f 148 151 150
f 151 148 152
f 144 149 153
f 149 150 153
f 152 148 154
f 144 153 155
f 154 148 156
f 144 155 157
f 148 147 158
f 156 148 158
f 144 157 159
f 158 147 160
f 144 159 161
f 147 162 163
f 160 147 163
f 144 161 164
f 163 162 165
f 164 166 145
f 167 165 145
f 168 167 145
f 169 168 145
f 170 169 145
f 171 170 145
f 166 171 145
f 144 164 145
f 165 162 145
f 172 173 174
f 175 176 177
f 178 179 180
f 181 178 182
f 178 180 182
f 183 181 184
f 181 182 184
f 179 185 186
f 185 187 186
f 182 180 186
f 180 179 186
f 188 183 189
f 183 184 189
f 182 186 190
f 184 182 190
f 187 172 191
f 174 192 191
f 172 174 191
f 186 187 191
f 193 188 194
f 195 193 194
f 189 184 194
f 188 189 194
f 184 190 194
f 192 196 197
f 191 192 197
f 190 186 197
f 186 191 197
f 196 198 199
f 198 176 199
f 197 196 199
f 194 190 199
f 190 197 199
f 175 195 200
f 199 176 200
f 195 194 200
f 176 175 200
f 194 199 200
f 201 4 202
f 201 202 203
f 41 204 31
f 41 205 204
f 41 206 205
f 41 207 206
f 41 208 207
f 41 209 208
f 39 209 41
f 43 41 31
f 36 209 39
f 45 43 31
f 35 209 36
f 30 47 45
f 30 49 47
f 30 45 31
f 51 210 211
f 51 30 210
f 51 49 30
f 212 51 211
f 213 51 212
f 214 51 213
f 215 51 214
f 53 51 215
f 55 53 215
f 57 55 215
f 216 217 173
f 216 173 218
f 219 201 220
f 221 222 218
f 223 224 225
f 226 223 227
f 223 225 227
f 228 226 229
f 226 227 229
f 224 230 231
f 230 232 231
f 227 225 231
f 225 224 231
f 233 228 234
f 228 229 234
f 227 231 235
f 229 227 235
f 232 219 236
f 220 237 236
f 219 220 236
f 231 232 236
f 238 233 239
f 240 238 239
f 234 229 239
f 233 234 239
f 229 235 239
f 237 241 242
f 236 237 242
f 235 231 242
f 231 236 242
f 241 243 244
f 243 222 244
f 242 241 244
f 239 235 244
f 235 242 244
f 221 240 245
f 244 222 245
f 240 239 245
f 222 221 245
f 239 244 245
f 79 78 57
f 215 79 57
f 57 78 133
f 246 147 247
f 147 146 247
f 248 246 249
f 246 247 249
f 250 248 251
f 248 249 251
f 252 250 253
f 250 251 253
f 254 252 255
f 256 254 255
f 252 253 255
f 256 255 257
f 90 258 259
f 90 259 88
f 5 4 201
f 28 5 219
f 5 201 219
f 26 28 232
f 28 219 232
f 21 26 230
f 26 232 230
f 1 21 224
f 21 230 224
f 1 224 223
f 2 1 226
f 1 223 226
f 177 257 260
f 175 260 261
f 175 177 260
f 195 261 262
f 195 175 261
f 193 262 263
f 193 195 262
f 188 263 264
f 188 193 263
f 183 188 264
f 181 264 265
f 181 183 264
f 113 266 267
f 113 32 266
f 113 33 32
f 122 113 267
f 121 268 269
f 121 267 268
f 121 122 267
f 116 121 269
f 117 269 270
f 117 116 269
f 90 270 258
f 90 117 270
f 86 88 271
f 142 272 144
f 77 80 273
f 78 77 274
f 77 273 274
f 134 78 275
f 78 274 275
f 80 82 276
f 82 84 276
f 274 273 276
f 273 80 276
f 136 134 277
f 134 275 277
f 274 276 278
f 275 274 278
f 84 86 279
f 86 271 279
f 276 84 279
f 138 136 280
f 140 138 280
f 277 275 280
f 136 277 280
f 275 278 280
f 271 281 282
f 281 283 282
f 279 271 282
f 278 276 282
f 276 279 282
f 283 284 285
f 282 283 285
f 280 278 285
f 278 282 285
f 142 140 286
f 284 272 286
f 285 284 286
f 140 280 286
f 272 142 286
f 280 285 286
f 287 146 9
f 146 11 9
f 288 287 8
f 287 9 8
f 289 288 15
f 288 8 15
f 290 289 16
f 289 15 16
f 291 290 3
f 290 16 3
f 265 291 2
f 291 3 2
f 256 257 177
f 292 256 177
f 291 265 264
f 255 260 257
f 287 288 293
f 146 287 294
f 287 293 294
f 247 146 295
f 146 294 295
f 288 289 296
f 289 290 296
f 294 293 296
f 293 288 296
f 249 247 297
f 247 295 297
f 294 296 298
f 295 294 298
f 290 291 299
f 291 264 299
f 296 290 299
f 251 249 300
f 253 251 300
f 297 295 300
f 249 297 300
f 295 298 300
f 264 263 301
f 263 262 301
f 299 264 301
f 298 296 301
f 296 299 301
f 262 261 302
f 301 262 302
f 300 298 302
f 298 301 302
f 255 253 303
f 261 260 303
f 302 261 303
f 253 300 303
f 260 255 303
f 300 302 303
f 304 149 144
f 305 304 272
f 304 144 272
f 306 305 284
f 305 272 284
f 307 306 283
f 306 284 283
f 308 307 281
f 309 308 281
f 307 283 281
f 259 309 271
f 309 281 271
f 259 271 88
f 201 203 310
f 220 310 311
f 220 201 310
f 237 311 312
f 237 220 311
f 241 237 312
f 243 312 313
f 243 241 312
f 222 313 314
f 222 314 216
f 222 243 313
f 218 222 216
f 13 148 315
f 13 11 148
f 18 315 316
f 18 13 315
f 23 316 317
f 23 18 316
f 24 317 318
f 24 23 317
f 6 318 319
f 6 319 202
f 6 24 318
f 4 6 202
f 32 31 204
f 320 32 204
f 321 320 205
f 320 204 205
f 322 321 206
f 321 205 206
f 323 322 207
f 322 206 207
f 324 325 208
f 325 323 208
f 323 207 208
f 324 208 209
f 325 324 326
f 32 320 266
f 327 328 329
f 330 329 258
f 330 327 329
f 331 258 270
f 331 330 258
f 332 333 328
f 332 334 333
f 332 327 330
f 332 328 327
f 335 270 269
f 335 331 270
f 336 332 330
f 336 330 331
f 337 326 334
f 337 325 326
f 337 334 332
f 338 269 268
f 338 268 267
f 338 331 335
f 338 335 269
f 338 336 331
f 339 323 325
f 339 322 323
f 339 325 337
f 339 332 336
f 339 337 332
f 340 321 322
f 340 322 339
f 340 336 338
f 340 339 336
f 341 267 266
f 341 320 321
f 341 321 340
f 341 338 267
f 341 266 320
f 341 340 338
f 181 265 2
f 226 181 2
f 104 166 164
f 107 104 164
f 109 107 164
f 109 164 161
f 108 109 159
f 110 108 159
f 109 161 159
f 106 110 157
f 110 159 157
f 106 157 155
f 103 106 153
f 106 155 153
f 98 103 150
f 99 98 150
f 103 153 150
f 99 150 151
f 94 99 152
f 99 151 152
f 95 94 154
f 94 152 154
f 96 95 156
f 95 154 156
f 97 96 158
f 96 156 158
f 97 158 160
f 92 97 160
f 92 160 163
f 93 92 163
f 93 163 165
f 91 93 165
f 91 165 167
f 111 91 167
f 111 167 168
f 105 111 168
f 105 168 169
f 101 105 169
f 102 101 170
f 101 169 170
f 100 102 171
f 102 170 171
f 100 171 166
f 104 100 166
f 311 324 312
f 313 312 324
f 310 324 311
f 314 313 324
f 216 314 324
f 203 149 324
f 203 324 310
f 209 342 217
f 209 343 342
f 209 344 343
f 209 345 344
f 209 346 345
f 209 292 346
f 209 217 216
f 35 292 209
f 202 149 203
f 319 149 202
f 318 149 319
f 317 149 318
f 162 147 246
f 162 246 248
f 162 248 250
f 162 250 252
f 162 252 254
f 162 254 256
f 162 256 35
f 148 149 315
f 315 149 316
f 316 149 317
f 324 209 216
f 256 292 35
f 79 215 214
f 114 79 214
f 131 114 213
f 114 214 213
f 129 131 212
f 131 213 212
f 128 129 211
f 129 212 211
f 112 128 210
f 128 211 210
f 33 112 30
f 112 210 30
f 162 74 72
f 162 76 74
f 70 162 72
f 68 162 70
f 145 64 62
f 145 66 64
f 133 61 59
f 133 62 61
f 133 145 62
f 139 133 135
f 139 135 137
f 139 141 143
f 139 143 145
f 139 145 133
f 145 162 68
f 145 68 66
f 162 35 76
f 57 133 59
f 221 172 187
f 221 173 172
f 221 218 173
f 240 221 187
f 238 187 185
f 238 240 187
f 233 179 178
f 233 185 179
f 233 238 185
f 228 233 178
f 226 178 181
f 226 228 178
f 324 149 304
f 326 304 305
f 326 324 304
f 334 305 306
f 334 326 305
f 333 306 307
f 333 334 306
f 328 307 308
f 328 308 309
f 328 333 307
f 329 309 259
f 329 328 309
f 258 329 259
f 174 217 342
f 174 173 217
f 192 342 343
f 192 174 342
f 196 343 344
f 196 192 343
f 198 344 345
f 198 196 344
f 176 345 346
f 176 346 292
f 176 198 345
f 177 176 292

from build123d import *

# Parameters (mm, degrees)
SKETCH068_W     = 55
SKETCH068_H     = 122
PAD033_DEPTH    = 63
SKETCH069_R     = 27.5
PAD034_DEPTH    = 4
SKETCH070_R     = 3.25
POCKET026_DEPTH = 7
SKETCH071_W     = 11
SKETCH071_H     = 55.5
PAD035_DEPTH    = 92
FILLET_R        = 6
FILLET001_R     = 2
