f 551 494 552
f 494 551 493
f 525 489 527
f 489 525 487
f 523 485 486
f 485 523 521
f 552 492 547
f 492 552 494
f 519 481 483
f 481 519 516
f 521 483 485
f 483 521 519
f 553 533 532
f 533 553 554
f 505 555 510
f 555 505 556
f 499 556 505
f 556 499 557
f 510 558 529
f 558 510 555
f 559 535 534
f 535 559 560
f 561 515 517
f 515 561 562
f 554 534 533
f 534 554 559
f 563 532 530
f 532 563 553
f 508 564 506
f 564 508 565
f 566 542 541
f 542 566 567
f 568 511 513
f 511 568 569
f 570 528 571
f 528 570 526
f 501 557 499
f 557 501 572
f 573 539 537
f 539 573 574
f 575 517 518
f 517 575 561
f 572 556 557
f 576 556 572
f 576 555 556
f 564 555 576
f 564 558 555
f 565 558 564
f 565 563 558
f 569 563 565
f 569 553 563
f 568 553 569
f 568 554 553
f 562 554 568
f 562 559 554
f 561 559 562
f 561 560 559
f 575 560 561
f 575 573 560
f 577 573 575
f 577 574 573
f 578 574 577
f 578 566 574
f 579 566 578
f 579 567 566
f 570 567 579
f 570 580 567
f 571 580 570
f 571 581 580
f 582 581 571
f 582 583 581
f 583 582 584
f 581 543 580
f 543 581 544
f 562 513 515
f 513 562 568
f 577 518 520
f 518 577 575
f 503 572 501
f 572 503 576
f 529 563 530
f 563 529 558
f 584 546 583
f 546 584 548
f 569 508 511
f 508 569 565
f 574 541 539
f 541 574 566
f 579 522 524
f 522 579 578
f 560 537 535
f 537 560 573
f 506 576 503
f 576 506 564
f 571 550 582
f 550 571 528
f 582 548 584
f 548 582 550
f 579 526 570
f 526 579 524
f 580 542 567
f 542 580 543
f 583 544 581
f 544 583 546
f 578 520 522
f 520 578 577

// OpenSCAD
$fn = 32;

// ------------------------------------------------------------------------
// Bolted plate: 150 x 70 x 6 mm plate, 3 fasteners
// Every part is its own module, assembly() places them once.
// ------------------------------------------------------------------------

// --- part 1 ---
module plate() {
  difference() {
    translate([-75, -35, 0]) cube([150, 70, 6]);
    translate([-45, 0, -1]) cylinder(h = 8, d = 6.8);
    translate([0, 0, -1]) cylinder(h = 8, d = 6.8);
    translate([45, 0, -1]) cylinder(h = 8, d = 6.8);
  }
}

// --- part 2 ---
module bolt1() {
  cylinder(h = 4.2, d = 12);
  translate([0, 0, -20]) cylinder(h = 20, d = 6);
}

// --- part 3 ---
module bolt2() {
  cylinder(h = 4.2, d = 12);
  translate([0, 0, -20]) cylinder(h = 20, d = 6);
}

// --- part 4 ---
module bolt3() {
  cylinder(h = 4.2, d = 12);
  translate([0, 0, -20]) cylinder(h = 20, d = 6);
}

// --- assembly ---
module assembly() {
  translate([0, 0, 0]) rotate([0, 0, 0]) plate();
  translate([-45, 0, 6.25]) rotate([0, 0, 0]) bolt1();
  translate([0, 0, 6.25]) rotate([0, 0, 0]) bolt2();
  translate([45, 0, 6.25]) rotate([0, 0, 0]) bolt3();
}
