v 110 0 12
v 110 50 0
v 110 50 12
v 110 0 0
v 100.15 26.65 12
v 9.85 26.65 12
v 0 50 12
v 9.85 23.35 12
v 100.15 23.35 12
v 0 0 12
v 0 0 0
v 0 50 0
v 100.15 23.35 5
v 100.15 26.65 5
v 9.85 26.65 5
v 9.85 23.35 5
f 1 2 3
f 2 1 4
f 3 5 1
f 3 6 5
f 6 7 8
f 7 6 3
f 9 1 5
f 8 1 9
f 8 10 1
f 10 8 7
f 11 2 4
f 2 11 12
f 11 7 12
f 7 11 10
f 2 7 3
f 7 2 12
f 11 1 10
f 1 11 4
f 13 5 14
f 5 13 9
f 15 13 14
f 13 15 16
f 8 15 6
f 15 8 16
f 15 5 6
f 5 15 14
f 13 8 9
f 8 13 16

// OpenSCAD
include <qr-matrix.scad>
// Original Layerline prototype; millimetres. No third-party geometry.
part="base"; qr=true; shape="rectangle"; width=90; height=110; thickness=3; clearance=.3;
$fn=48;
module outline(){if(shape=="arch")union(){square([width,height-width/2]);translate([width/2,height-width/2])circle(d=width);}else square([width,height]);}
if(part=="base")difference(){cube([110,50,12]);translate([10-clearance/2,25-thickness/2-clearance/2,5])cube([width+clearance,thickness+clearance,8]);}
if(part=="insert")union(){linear_extrude(thickness)outline();if(qr)translate([15,35,thickness])qr_matrix();translate([width/2,15,thickness])linear_extrude(.6)text("SCAN HERE",size=7,halign="center",font="Liberation Sans:style=Bold");}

#####

Each line above from the one with "f 92 160 163" up to and including the one with "f 202 149 203" must be set down exactly, and no line outside that span may appear.

f 92 160 163
f 93 92 163
f 93 163 165
f 91 93 165
f 91 165 167
f 111 91 167
f 111 167 168
f 105 111 168
f 105 168 169
f 101 105 169
f 102 101 170
f 101 169 170
f 100 102 171
f 102 170 171
f 100 171 166
f 104 100 166
f 311 324 312
f 313 312 324
f 310 324 311
f 314 313 324
f 216 314 324
f 203 149 324
f 203 324 310
f 209 342 217
f 209 343 342
f 209 344 343
f 209 345 344
f 209 346 345
f 209 292 346
f 209 217 216
f 35 292 209
f 202 149 203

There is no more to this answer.